SUPPLIED INFORMATION:

>>>>

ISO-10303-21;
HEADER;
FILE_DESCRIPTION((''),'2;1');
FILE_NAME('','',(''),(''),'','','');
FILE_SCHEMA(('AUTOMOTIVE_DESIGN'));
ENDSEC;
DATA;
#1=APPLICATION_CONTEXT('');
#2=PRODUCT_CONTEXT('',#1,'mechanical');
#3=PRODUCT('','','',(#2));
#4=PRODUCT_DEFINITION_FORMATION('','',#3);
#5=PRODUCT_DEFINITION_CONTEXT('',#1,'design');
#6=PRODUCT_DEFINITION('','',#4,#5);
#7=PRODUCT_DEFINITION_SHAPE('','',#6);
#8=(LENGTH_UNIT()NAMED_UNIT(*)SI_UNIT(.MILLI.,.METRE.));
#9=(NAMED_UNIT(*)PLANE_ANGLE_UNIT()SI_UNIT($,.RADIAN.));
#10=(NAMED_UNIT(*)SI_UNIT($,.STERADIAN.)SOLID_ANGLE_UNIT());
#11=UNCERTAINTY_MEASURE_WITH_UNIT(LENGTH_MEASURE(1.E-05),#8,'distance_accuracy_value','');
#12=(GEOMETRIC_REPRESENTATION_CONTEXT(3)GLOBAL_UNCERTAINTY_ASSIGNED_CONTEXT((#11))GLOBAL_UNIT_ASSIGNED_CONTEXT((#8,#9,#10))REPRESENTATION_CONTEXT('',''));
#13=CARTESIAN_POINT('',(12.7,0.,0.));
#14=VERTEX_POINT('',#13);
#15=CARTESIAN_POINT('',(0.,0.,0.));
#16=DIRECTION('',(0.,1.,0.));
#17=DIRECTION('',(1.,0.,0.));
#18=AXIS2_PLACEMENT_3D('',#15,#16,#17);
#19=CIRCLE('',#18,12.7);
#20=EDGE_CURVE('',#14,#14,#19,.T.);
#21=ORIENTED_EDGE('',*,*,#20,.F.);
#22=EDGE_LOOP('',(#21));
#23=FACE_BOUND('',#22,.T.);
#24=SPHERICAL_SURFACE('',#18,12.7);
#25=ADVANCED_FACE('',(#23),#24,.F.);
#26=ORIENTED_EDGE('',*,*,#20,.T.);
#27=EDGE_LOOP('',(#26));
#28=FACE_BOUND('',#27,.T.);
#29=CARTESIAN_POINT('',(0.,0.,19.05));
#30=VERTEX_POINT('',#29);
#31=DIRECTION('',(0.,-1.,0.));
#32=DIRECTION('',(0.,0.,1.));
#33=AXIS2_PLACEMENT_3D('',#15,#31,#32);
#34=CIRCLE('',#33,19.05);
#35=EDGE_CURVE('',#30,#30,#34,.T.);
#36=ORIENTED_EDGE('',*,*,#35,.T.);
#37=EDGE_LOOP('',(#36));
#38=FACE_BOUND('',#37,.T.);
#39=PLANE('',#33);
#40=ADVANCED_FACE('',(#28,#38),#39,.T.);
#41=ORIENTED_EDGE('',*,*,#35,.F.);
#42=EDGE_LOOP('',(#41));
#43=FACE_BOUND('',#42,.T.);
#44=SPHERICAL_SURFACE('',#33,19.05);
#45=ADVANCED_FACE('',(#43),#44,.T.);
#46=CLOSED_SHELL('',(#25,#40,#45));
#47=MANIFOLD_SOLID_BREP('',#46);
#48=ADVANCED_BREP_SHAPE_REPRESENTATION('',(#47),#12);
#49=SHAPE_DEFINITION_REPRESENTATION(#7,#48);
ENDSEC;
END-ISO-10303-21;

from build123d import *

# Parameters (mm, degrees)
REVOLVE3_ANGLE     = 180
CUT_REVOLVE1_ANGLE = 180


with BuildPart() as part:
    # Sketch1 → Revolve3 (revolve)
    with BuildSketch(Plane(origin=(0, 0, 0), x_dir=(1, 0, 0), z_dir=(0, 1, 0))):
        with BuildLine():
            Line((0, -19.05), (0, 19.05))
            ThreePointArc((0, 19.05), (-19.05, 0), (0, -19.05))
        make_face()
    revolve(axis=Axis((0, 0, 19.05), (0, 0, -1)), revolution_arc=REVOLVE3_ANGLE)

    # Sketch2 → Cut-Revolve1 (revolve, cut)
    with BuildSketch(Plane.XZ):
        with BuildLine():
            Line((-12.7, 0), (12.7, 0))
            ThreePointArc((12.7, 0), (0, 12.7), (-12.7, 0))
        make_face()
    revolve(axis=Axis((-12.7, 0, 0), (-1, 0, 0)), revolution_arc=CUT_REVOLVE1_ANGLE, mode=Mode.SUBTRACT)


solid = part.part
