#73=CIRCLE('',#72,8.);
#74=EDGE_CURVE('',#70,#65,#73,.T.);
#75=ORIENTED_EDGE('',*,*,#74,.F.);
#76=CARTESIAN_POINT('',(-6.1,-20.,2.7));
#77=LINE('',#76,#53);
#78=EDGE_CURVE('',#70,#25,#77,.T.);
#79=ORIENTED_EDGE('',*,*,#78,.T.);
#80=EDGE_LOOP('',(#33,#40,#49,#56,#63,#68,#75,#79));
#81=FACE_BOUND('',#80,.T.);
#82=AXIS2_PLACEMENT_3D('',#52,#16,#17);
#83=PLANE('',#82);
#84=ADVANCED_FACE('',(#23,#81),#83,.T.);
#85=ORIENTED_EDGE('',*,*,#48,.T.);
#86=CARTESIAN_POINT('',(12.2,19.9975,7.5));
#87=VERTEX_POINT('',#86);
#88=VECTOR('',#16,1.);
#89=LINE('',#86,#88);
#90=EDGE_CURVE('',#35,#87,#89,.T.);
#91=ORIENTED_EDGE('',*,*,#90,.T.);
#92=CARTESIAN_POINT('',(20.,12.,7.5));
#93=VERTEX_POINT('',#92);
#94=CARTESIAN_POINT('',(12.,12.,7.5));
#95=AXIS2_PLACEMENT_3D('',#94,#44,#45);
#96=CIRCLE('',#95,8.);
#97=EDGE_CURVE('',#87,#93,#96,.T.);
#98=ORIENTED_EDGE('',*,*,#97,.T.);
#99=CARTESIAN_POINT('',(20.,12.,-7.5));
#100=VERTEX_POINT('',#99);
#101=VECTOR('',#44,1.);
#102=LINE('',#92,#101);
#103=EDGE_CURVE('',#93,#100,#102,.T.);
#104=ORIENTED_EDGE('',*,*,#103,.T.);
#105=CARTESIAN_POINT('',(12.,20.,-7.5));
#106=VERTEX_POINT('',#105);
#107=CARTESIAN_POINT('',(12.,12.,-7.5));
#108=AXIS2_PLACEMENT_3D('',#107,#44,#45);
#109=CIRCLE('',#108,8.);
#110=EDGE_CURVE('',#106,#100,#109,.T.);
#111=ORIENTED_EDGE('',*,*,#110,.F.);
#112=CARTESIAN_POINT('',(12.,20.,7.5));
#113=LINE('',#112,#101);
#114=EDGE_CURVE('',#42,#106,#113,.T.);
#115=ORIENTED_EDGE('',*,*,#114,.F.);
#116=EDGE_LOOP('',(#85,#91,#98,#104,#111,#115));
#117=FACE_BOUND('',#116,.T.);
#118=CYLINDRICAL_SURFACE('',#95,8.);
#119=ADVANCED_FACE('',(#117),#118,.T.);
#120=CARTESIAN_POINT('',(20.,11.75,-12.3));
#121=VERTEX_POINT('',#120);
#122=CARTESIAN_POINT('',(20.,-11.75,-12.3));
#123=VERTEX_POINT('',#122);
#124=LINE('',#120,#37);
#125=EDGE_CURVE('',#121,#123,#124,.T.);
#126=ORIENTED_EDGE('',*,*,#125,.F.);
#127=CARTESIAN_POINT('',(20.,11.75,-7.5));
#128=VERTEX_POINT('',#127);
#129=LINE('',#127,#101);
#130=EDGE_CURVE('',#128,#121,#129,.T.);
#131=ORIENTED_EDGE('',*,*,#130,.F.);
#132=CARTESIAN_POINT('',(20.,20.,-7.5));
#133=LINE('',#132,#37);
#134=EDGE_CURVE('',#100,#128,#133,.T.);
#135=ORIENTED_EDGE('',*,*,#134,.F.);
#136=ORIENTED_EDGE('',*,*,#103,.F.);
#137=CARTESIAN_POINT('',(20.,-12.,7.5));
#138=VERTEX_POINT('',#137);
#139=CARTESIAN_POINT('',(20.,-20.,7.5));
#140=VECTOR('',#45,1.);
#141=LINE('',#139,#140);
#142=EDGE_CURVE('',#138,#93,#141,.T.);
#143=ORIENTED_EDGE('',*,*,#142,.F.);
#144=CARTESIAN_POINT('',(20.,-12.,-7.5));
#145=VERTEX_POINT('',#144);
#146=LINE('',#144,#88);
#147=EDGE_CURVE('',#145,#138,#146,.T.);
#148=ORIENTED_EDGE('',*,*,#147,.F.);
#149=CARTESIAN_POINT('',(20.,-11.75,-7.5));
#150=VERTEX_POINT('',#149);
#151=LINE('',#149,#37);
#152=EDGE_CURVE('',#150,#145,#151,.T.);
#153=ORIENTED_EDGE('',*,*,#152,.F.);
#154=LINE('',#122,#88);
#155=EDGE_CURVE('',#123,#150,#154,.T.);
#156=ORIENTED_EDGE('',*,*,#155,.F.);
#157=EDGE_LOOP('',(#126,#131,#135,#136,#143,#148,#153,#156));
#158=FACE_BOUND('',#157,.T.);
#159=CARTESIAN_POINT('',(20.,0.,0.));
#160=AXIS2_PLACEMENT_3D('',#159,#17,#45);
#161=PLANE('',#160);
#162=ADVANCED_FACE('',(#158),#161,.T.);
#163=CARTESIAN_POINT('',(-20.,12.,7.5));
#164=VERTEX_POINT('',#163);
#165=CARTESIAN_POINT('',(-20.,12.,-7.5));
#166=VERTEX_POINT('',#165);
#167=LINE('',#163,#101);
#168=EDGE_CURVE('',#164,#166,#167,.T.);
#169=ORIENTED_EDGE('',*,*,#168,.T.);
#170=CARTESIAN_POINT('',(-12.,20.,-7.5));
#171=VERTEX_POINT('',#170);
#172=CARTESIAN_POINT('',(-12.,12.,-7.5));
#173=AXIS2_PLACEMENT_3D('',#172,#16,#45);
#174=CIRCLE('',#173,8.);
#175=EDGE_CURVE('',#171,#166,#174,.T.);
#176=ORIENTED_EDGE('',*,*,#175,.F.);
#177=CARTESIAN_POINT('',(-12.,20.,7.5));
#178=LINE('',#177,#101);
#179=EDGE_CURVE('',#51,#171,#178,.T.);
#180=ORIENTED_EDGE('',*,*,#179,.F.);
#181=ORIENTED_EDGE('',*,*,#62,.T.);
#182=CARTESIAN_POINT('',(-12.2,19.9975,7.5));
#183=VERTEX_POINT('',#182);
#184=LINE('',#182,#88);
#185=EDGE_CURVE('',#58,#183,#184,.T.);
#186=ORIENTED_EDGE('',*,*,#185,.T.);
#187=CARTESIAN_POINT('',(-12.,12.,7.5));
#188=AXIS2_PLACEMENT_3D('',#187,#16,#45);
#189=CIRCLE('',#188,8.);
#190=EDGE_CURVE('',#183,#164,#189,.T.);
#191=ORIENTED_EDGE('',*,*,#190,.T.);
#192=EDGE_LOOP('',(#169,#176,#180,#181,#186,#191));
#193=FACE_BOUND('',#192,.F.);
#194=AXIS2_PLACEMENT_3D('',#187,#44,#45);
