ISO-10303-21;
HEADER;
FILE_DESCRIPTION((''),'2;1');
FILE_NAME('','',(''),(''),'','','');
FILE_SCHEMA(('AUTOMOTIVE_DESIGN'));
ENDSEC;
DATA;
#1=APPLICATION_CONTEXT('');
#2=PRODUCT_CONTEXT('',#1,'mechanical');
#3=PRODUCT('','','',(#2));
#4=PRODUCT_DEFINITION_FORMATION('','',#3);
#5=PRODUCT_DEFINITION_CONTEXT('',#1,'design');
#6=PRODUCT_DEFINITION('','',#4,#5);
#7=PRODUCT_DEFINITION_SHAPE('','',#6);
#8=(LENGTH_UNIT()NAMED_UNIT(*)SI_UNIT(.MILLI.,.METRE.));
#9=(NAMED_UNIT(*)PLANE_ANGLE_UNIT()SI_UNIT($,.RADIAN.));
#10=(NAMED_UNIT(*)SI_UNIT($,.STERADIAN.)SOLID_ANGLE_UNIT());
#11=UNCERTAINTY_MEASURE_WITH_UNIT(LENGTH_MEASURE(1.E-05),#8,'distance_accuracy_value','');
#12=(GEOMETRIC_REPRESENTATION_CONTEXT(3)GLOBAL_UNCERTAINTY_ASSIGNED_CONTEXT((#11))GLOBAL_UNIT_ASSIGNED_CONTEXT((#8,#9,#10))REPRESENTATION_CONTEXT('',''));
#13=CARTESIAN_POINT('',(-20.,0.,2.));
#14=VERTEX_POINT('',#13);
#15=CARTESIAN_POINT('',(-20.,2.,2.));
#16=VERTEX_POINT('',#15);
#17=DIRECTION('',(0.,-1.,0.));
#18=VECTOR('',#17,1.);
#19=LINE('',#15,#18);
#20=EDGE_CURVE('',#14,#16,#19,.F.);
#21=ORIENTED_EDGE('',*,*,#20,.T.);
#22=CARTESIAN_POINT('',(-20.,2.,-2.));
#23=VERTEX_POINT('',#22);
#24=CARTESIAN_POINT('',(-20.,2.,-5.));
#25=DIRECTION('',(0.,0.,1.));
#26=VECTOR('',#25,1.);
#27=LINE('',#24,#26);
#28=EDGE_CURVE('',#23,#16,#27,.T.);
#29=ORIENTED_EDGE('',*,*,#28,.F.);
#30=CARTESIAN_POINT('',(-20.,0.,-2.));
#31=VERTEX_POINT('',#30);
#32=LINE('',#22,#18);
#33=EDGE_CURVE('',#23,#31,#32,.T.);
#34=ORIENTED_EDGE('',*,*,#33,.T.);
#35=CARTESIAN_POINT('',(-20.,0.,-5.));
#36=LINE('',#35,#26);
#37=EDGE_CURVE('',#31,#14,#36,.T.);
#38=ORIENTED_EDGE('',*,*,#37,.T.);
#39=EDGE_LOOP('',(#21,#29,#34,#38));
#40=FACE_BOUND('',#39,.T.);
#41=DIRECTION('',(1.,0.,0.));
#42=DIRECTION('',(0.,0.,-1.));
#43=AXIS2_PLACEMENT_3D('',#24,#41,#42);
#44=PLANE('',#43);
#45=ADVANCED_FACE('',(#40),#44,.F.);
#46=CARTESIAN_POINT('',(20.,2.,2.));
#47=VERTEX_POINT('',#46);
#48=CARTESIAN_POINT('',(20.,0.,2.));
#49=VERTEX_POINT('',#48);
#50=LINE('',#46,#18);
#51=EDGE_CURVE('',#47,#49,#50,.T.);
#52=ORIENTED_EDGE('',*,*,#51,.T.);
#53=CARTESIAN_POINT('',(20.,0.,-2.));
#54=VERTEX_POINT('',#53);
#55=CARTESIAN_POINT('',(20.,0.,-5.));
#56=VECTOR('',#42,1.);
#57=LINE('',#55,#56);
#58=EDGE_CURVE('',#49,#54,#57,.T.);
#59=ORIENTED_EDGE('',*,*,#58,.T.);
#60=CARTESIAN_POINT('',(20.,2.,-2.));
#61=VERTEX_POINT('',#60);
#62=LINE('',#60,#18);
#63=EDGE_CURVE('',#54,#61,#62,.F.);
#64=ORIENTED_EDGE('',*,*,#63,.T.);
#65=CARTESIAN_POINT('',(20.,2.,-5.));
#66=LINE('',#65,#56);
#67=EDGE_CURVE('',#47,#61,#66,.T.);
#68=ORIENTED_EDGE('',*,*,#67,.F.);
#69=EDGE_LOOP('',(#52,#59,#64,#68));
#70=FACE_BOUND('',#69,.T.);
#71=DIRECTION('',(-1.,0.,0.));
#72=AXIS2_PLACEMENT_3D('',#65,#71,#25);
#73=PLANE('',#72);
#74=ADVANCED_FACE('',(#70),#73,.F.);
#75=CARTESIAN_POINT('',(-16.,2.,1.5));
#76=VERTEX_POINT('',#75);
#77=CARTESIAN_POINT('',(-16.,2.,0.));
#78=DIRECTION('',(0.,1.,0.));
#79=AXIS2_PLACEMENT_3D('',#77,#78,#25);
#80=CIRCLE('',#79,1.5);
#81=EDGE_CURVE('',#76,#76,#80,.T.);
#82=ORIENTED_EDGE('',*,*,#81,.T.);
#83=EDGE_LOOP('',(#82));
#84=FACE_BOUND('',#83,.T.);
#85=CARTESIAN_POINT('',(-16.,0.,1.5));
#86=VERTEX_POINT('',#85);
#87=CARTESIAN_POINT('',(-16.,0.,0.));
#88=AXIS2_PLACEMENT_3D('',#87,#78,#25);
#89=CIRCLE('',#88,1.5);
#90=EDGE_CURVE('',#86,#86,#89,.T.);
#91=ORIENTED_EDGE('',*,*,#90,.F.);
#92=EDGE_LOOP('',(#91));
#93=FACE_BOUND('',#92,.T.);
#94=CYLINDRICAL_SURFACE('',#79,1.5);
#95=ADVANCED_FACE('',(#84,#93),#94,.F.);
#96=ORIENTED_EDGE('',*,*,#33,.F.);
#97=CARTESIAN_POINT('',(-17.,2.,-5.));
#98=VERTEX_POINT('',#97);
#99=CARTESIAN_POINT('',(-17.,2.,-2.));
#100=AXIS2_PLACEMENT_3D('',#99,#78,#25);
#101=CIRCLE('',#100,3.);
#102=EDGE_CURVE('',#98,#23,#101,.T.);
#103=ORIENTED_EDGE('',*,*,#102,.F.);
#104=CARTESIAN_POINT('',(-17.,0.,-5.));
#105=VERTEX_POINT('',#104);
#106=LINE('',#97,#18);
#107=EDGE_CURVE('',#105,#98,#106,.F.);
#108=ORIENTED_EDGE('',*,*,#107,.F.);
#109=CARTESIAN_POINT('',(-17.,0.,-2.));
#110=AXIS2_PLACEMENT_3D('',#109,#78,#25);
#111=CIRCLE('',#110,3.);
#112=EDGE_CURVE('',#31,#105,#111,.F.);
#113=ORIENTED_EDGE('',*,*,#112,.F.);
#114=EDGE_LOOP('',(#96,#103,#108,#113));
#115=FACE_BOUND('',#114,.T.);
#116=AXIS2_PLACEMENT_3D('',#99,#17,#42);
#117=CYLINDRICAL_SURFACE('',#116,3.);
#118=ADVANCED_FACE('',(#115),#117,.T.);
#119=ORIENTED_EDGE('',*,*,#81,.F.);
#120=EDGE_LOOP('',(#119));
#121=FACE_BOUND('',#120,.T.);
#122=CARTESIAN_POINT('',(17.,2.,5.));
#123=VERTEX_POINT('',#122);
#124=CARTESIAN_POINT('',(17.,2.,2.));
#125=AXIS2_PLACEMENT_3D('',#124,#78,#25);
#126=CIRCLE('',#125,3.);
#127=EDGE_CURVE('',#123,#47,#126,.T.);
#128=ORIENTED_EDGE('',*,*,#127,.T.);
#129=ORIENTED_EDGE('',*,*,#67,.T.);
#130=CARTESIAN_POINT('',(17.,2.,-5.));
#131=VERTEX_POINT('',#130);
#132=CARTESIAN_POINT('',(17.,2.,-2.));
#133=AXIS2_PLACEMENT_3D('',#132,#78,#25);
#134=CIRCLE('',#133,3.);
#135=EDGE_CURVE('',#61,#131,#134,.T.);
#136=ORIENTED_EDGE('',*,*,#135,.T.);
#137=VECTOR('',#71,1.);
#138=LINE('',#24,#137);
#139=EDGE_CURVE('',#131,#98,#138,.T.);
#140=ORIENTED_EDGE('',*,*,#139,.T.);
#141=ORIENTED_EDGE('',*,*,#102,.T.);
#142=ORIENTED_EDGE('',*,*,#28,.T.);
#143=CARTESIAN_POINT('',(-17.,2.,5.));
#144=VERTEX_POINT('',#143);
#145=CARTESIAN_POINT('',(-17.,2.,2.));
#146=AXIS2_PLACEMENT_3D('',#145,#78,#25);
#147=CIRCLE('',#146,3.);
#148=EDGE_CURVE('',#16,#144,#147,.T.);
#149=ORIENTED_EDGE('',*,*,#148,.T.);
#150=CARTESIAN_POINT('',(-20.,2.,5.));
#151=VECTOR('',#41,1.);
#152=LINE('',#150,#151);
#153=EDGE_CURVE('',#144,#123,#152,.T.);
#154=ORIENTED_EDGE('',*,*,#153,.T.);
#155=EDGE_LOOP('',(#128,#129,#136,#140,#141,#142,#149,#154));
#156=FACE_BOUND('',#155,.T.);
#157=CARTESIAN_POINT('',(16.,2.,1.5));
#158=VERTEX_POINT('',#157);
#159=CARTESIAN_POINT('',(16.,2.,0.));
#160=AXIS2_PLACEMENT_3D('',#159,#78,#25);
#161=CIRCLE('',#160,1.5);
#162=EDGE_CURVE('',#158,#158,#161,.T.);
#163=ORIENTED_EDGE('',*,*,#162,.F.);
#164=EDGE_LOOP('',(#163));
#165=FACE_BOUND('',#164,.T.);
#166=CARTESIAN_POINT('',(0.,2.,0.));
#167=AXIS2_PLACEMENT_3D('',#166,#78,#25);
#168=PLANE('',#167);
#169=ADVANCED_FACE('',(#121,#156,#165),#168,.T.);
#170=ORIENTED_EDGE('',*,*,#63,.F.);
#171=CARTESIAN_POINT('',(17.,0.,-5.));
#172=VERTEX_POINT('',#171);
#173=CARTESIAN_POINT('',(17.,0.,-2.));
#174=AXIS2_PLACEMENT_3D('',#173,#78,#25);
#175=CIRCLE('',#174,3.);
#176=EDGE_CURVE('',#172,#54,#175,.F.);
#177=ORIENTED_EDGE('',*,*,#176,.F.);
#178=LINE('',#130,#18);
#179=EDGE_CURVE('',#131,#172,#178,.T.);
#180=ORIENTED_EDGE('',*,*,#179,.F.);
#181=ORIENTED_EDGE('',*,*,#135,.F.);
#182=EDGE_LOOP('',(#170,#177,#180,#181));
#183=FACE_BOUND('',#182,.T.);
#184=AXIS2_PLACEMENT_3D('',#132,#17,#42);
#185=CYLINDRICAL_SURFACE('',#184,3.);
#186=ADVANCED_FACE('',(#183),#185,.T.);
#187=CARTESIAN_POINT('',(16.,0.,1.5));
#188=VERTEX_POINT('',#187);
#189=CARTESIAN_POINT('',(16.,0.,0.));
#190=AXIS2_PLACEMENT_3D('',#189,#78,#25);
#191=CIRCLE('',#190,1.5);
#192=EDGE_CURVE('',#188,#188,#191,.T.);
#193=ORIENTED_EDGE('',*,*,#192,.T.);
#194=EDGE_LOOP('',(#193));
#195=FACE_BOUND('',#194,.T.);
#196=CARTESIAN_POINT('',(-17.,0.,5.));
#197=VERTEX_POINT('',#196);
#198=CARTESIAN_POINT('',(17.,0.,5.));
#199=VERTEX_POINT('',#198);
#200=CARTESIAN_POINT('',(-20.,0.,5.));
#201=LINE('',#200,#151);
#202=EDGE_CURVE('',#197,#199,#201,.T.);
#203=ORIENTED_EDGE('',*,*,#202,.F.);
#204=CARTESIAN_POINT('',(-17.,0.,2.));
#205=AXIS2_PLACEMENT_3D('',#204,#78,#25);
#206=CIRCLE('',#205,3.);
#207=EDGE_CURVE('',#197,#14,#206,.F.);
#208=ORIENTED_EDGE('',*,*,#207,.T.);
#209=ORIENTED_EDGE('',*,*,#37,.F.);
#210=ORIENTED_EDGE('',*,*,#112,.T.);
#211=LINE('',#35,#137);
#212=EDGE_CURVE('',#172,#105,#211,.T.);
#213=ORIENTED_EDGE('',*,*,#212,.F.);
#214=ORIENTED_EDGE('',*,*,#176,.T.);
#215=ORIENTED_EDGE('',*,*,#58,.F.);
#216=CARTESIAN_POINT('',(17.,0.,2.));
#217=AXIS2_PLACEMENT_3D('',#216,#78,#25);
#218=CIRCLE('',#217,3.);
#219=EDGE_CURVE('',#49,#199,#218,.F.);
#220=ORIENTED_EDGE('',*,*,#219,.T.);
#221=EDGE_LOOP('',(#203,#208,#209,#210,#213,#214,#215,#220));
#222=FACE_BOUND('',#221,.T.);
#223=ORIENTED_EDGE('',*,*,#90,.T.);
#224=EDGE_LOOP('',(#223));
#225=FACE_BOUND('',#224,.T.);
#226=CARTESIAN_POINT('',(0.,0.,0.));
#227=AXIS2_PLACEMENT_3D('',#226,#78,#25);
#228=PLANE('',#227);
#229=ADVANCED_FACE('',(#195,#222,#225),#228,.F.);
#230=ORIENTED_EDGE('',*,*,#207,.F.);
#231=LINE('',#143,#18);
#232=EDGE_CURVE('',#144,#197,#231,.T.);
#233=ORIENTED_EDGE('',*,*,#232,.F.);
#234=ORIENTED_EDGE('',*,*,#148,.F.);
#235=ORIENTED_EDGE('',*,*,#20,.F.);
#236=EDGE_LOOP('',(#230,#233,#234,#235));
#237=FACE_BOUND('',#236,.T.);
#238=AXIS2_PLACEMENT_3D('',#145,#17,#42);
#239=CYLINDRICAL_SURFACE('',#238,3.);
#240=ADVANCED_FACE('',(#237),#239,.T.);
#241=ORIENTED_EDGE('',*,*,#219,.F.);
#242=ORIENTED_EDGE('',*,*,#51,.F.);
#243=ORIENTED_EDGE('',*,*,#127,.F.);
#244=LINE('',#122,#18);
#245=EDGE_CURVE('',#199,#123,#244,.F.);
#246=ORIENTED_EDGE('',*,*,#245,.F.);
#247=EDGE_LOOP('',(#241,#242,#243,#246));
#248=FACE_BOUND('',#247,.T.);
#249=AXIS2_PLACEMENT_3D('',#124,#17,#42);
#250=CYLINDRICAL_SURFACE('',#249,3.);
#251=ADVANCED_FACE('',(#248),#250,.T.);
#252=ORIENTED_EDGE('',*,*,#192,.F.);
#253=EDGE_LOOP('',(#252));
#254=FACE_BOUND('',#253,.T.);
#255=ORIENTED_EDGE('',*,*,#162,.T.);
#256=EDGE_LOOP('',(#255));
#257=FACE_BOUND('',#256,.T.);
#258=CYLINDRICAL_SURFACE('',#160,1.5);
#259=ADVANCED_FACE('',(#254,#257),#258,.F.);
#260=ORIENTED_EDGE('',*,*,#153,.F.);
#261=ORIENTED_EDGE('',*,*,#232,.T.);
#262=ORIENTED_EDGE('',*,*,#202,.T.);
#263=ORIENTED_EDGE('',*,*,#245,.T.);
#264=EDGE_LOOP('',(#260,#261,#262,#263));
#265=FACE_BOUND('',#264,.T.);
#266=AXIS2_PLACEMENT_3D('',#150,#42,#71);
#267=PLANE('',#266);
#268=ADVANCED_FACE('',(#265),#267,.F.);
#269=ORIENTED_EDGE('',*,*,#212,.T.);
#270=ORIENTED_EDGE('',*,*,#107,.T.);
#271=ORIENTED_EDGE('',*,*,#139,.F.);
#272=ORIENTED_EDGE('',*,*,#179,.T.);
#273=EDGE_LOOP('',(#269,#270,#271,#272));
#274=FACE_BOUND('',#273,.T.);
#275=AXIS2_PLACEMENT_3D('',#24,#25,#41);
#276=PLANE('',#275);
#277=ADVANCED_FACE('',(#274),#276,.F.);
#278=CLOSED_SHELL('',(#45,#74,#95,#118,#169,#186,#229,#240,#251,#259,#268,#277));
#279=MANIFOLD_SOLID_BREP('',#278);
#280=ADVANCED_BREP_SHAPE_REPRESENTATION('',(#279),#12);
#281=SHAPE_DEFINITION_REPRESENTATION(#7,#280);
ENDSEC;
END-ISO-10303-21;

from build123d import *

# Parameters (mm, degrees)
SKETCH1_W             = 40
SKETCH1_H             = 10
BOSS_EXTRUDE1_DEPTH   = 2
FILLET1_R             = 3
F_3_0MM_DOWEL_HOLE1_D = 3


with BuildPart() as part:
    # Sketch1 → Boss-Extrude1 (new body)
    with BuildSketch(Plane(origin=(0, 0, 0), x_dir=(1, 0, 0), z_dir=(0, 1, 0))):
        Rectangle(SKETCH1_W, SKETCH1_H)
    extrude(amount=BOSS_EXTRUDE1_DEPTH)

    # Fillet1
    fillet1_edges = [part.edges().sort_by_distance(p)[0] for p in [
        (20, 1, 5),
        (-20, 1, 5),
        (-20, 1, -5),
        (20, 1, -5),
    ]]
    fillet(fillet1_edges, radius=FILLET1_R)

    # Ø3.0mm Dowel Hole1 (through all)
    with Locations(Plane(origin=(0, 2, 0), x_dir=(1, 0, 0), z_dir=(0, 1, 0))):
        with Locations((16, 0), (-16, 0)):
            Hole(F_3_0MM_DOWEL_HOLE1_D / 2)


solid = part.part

<<<<

WHAT THE TASK REQUIRES: In the listing above, transcribe exactly everything from the line containing "#32=DIRECTION('',(0.,0.,1.));" down to the line containing "#46=CLOSED_SHELL('',(#25,#40,#45));", including both and nothing more.

WRITTEN SOLUTION:
#32=DIRECTION('',(0.,0.,1.));
#33=AXIS2_PLACEMENT_3D('',#15,#31,#32);
#34=CIRCLE('',#33,19.05);
#35=EDGE_CURVE('',#30,#30,#34,.T.);
#36=ORIENTED_EDGE('',*,*,#35,.T.);
#37=EDGE_LOOP('',(#36));
#38=FACE_BOUND('',#37,.T.);
#39=PLANE('',#33);
#40=ADVANCED_FACE('',(#28,#38),#39,.T.);
#41=ORIENTED_EDGE('',*,*,#35,.F.);
#42=EDGE_LOOP('',(#41));
#43=FACE_BOUND('',#42,.T.);
#44=SPHERICAL_SURFACE('',#33,19.05);
#45=ADVANCED_FACE('',(#43),#44,.T.);
#46=CLOSED_SHELL('',(#25,#40,#45));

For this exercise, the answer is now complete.